P.S. And i do aplogize if this is the wrong thread to be posting this in. If it is please forgive me im still fresh to the forum.:bow:


----------



## SamanthaNY (Apr 22, 2009)

Yeah, it can be a problem. After about age 30, there's not much more maturing for either side to do (ymmv), but up until then, it can be difficult to bridge the gap between 21 and 28, for instance. Maturity is something that comes with time, age, experience and environment - you can't really push it along any faster than it wants to go, nor should you, imo. And it certainly shouldn't be attempted just to be with someone. Be true to yourself as you are right now, because that's a good thing, y'know? 

But keep in mind that personality has a lot to do with maturity, or the lack of. I know plenty of 30- and 40-somethings that are complete children (some at heart, some in the head). The woman you admire may be young-spirited, fun loving and easy going... making her ideal for your maturity level where you are right now. Don't assume that her numerical age will be an exact indicator of her maturity level. If you two are meant to mesh, you will :happy:.


----------



## TraciJo67 (Apr 22, 2009)

hillking12 said:


> Hey whats up People of dims hope all is well. You know its funny i recently posted a thread about my attratction to older big women and whether or not ne one else expirenced what i was expierencing. Well just a few days ago i got a number from a women whom ive been wanting to ask for a month now and is 7 years my senior. While that may not really be to much older considering im about to be 21 i have a question know about dating older women.

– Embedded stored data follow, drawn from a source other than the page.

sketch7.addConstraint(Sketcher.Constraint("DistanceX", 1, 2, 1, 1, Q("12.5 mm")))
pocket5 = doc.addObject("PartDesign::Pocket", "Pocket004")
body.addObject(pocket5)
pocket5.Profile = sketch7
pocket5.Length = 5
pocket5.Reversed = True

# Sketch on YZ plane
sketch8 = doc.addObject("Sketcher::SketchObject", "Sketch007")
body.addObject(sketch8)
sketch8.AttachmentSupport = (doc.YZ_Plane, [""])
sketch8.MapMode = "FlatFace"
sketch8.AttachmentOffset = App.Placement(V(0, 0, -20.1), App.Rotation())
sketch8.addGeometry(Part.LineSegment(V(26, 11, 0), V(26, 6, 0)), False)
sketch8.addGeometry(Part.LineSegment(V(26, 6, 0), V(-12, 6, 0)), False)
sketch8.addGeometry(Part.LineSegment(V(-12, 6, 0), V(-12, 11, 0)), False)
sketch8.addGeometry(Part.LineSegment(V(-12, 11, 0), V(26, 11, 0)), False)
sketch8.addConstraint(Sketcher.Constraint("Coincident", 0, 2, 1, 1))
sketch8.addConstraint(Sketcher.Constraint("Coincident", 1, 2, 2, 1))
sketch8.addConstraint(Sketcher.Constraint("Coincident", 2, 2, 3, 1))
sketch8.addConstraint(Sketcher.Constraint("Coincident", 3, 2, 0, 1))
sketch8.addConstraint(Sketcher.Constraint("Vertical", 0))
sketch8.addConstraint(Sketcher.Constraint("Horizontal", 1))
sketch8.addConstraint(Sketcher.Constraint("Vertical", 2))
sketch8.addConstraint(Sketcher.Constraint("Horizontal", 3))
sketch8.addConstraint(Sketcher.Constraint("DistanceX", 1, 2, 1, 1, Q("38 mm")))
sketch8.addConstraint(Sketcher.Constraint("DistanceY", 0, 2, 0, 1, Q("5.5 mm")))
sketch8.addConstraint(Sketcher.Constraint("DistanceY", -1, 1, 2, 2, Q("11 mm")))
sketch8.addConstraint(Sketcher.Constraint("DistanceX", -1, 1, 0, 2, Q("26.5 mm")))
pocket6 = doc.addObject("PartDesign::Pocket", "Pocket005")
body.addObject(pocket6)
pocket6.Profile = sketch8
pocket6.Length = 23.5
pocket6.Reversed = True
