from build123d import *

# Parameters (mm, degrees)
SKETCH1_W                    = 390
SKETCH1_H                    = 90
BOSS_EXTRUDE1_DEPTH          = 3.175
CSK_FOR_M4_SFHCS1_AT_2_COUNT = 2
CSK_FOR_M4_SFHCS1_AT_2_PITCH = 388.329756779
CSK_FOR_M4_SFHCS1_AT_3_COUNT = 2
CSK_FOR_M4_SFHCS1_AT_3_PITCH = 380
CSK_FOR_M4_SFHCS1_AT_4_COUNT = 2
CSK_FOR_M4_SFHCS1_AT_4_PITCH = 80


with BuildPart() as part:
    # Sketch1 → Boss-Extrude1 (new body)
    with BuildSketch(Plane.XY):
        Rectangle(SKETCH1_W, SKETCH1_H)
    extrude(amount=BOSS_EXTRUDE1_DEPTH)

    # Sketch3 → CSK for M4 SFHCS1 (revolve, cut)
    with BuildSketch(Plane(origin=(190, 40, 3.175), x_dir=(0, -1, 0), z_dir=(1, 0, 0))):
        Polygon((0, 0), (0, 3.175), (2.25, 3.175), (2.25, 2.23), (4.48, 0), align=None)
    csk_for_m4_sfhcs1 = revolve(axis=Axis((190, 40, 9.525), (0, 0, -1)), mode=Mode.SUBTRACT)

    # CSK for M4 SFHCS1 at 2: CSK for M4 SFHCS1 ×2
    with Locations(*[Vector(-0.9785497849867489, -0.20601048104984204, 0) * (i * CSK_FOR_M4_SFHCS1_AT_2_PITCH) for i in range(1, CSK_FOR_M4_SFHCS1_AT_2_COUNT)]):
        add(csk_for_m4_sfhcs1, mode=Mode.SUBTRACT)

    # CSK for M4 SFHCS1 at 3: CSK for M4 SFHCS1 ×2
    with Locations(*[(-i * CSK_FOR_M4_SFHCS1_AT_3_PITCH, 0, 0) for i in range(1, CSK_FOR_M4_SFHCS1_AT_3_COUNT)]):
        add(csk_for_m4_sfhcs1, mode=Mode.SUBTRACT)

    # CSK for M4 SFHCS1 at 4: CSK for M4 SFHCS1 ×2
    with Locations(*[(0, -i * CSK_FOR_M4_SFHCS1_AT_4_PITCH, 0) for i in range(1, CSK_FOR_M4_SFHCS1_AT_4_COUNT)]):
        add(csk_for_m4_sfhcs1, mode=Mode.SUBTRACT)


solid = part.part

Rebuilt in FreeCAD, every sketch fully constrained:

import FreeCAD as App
import Part
import Sketcher
Q = App.Units.Quantity

doc = App.newDocument("Part")
params = doc.addObject("Spreadsheet::Sheet", "Params")
for row, (alias, value) in enumerate([
    ("sketch1_width", "390 mm"),
    ("sketch1_height", "90 mm"),
    ("pad1_length", "3.175 mm"),
    ("sketch2_width", "4.48 mm"),
    ("sketch2_width2", "2.25 mm"),
    ("groove_angle", "360 deg"),
    ("linearpattern_pitch", "388.329757 mm"),
    ("linearpattern2_pitch", "380 mm"),
    ("linearpattern3_pitch", "80 mm"),
], start=1):
    params.set(f"A{row}", alias)
    params.set(f"B{row}", "=" + value)
    params.setAlias(f"B{row}", alias)

body = doc.addObject("PartDesign::Body", "Body")

# Sketch on XY plane
sketch1 = body.newObject("Sketcher::SketchObject", "Sketch")
sketch1.AttachmentSupport = (doc.getObject("XY_Plane"), [""])
sketch1.MapMode = "FlatFace"
sketch1.addGeometry([
    Part.LineSegment(App.Vector(-195, 45, 0), App.Vector(-195, -45, 0)),
    Part.LineSegment(App.Vector(-195, -45, 0), App.Vector(195, -45, 0)),
    Part.LineSegment(App.Vector(195, -45, 0), App.Vector(195, 45, 0)),
    Part.LineSegment(App.Vector(195, 45, 0), App.Vector(-195, 45, 0)),
], False)
sketch1.addConstraint([
    Sketcher.Constraint("Coincident", 0, 2, 1, 1),
    Sketcher.Constraint("Coincident", 1, 2, 2, 1),
    Sketcher.Constraint("Coincident", 2, 2, 3, 1),
    Sketcher.Constraint("Coincident", 3, 2, 0, 1),
    Sketcher.Constraint("Vertical", 0),
    Sketcher.Constraint("Horizontal", 1),
    Sketcher.Constraint("Vertical", 2),
    Sketcher.Constraint("Horizontal", 3),
    Sketcher.Constraint("Symmetric", 0, 2, 2, 2, -1, 1),
    Sketcher.Constraint("DistanceX", 1, 1, 1, 2, Q("390 mm")),
    Sketcher.Constraint("DistanceY", 0, 2, 0, 1, Q("90 mm")),
])
sketch1.setExpression("Constraints[9]", "Params.sketch1_width")
sketch1.setExpression("Constraints[10]", "Params.sketch1_height")
pad1 = body.newObject("PartDesign::Pad", "Pad")
pad1.Profile = sketch1
pad1.setExpression("Length", "Params.pad1_length")

# Sketch on YZ plane
sketch2 = body.newObject("Sketcher::SketchObject", "Sketch001")
sketch2.AttachmentSupport = (doc.getObject("YZ_Plane"), [""])
sketch2.MapMode = "FlatFace"
sketch2.AttachmentOffset = App.Placement(App.Vector(0, 0, 190), App.Rotation())
sketch2.addGeometry([
    Part.LineSegment(App.Vector(40, 0, 0), App.Vector(40, 3.175, 0)),  # 0
    Part.LineSegment(App.Vector(40, 3.175, 0), App.Vector(35.52, 3.175, 0)),  # 1
    Part.LineSegment(App.Vector(35.52, 3.175, 0), App.Vector(37.75, 0.945, 0)),  # 2
    Part.LineSegment(App.Vector(37.75, 0.945, 0), App.Vector(37.75, 0, 0)),  # 3
    Part.LineSegment(App.Vector(37.75, 0, 0), App.Vector(40, 0, 0)),  # 4
], False)
sketch2.addGeometry(Part.LineSegment(App.Vector(40, 3.175, 0), App.Vector(40, 0, 0)), True)  # axis
sketch2.addConstraint([
    Sketcher.Constraint("Coincident", 0, 2, 1, 1),
    Sketcher.Constraint("Coincident", 1, 2, 2, 1),
    Sketcher.Constraint("Coincident", 2, 2, 3, 1),
    Sketcher.Constraint("Coincident", 3, 2, 4, 1),
    Sketcher.Constraint("Coincident", 4, 2, 0, 1),
    Sketcher.Constraint("Vertical", 0),
    Sketcher.Constraint("Horizontal", 1),
    Sketcher.Constraint("Vertical", 3),
    Sketcher.Constraint("Horizontal", 4),
    Sketcher.Constraint("Vertical", 5),
    Sketcher.Constraint("Coincident", 5, 1, 0, 2),
    Sketcher.Constraint("PointOnObject", 3, 2, -1),
    Sketcher.Constraint("PointOnObject", 5, 2, -1),
    Sketcher.Constraint("Angle", 2, Q("-45 deg")),
    Sketcher.Constraint("DistanceX", -1, 1, 0, 2, Q("40 mm")),
    Sketcher.Constraint("DistanceX", 1, 2, 1, 1, Q("4.48 mm")),
    Sketcher.Constraint("DistanceX", 4, 1, 4, 2, Q("2.25 mm")),
    Sketcher.Constraint("DistanceY", 0, 1, 0, 2, Q("3.175 mm")),
])
sketch2.setExpression("Constraints[15]", "Params.sketch2_width")
sketch2.setExpression("Constraints[16]", "Params.sketch2_width2")
groove = body.newObject("PartDesign::Groove", "Groove")
groove.Profile = sketch2
groove.ReferenceAxis = (sketch2, ["Axis0"])
groove.setExpression("Angle", "Params.groove_angle")
doc.recompute()

datumline = body.newObject("PartDesign::Line", "DatumLine")
datumline.Placement = App.Placement(App.Vector(0, 0, 0), App.Rotation(App.Vector(0, 0, 1), App.Vector(-0.978549785, -0.206010481, 0)))
linearpattern = body.newObject("PartDesign::LinearPattern", "LinearPattern")
linearpattern.Originals = [groove]
linearpattern.Direction = (datumline, [""])
linearpattern.Mode = "offset"
linearpattern.setExpression("Offset", "Params.linearpattern_pitch")
linearpattern.Occurrences = 2
body.Tip = linearpattern
doc.recompute()

linearpattern2 = body.newObject("PartDesign::LinearPattern", "LinearPattern001")
linearpattern2.Originals = [groove]
linearpattern2.Direction = (doc.getObject("X_Axis"), [""])
linearpattern2.Mode = "offset"
linearpattern2.setExpression("Offset", "Params.linearpattern2_pitch")
linearpattern2.Occurrences = 2
linearpattern2.Reversed = True
body.Tip = linearpattern2
doc.recompute()

linearpattern3 = body.newObject("PartDesign::LinearPattern", "LinearPattern002")
linearpattern3.Originals = [groove]
linearpattern3.Direction = (doc.getObject("Y_Axis"), [""])
linearpattern3.Mode = "offset"
linearpattern3.setExpression("Offset", "Params.linearpattern3_pitch")
linearpattern3.Occurrences = 2
linearpattern3.Reversed = True
body.Tip = linearpattern3

doc.recompute()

Although right at this moment im not even trying to take this relationship any where other than talking and getting to know her more. I feel like i may eventually(And Hopfeully i can) want to take it somewhere its just right know im not really fit to have a serious relationship beacuase im getting myself together, and although i some people do consider me to be mature for my age i feel like i have a lot of immature traits and i want to get rid of them and im working on it but theres lot still there. So my question is;Is it a problem when a dating a older women that you may still be a bit immature but you are working trying to be more mature person?
> 
> P.S. And i do aplogize if this is the wrong thread to be posting this in. If it is please forgive me im still fresh to the forum.:bow:




You're over-analyzing things, hillking. Relax. Call your female friend, ask her for a date, and don't think any further than going out and having a good time with her. All of these other issues will be dealt with if and when they crop up (i.e., whether both of you are ready for any kind of relationship, if you are well suited to each other, etc). 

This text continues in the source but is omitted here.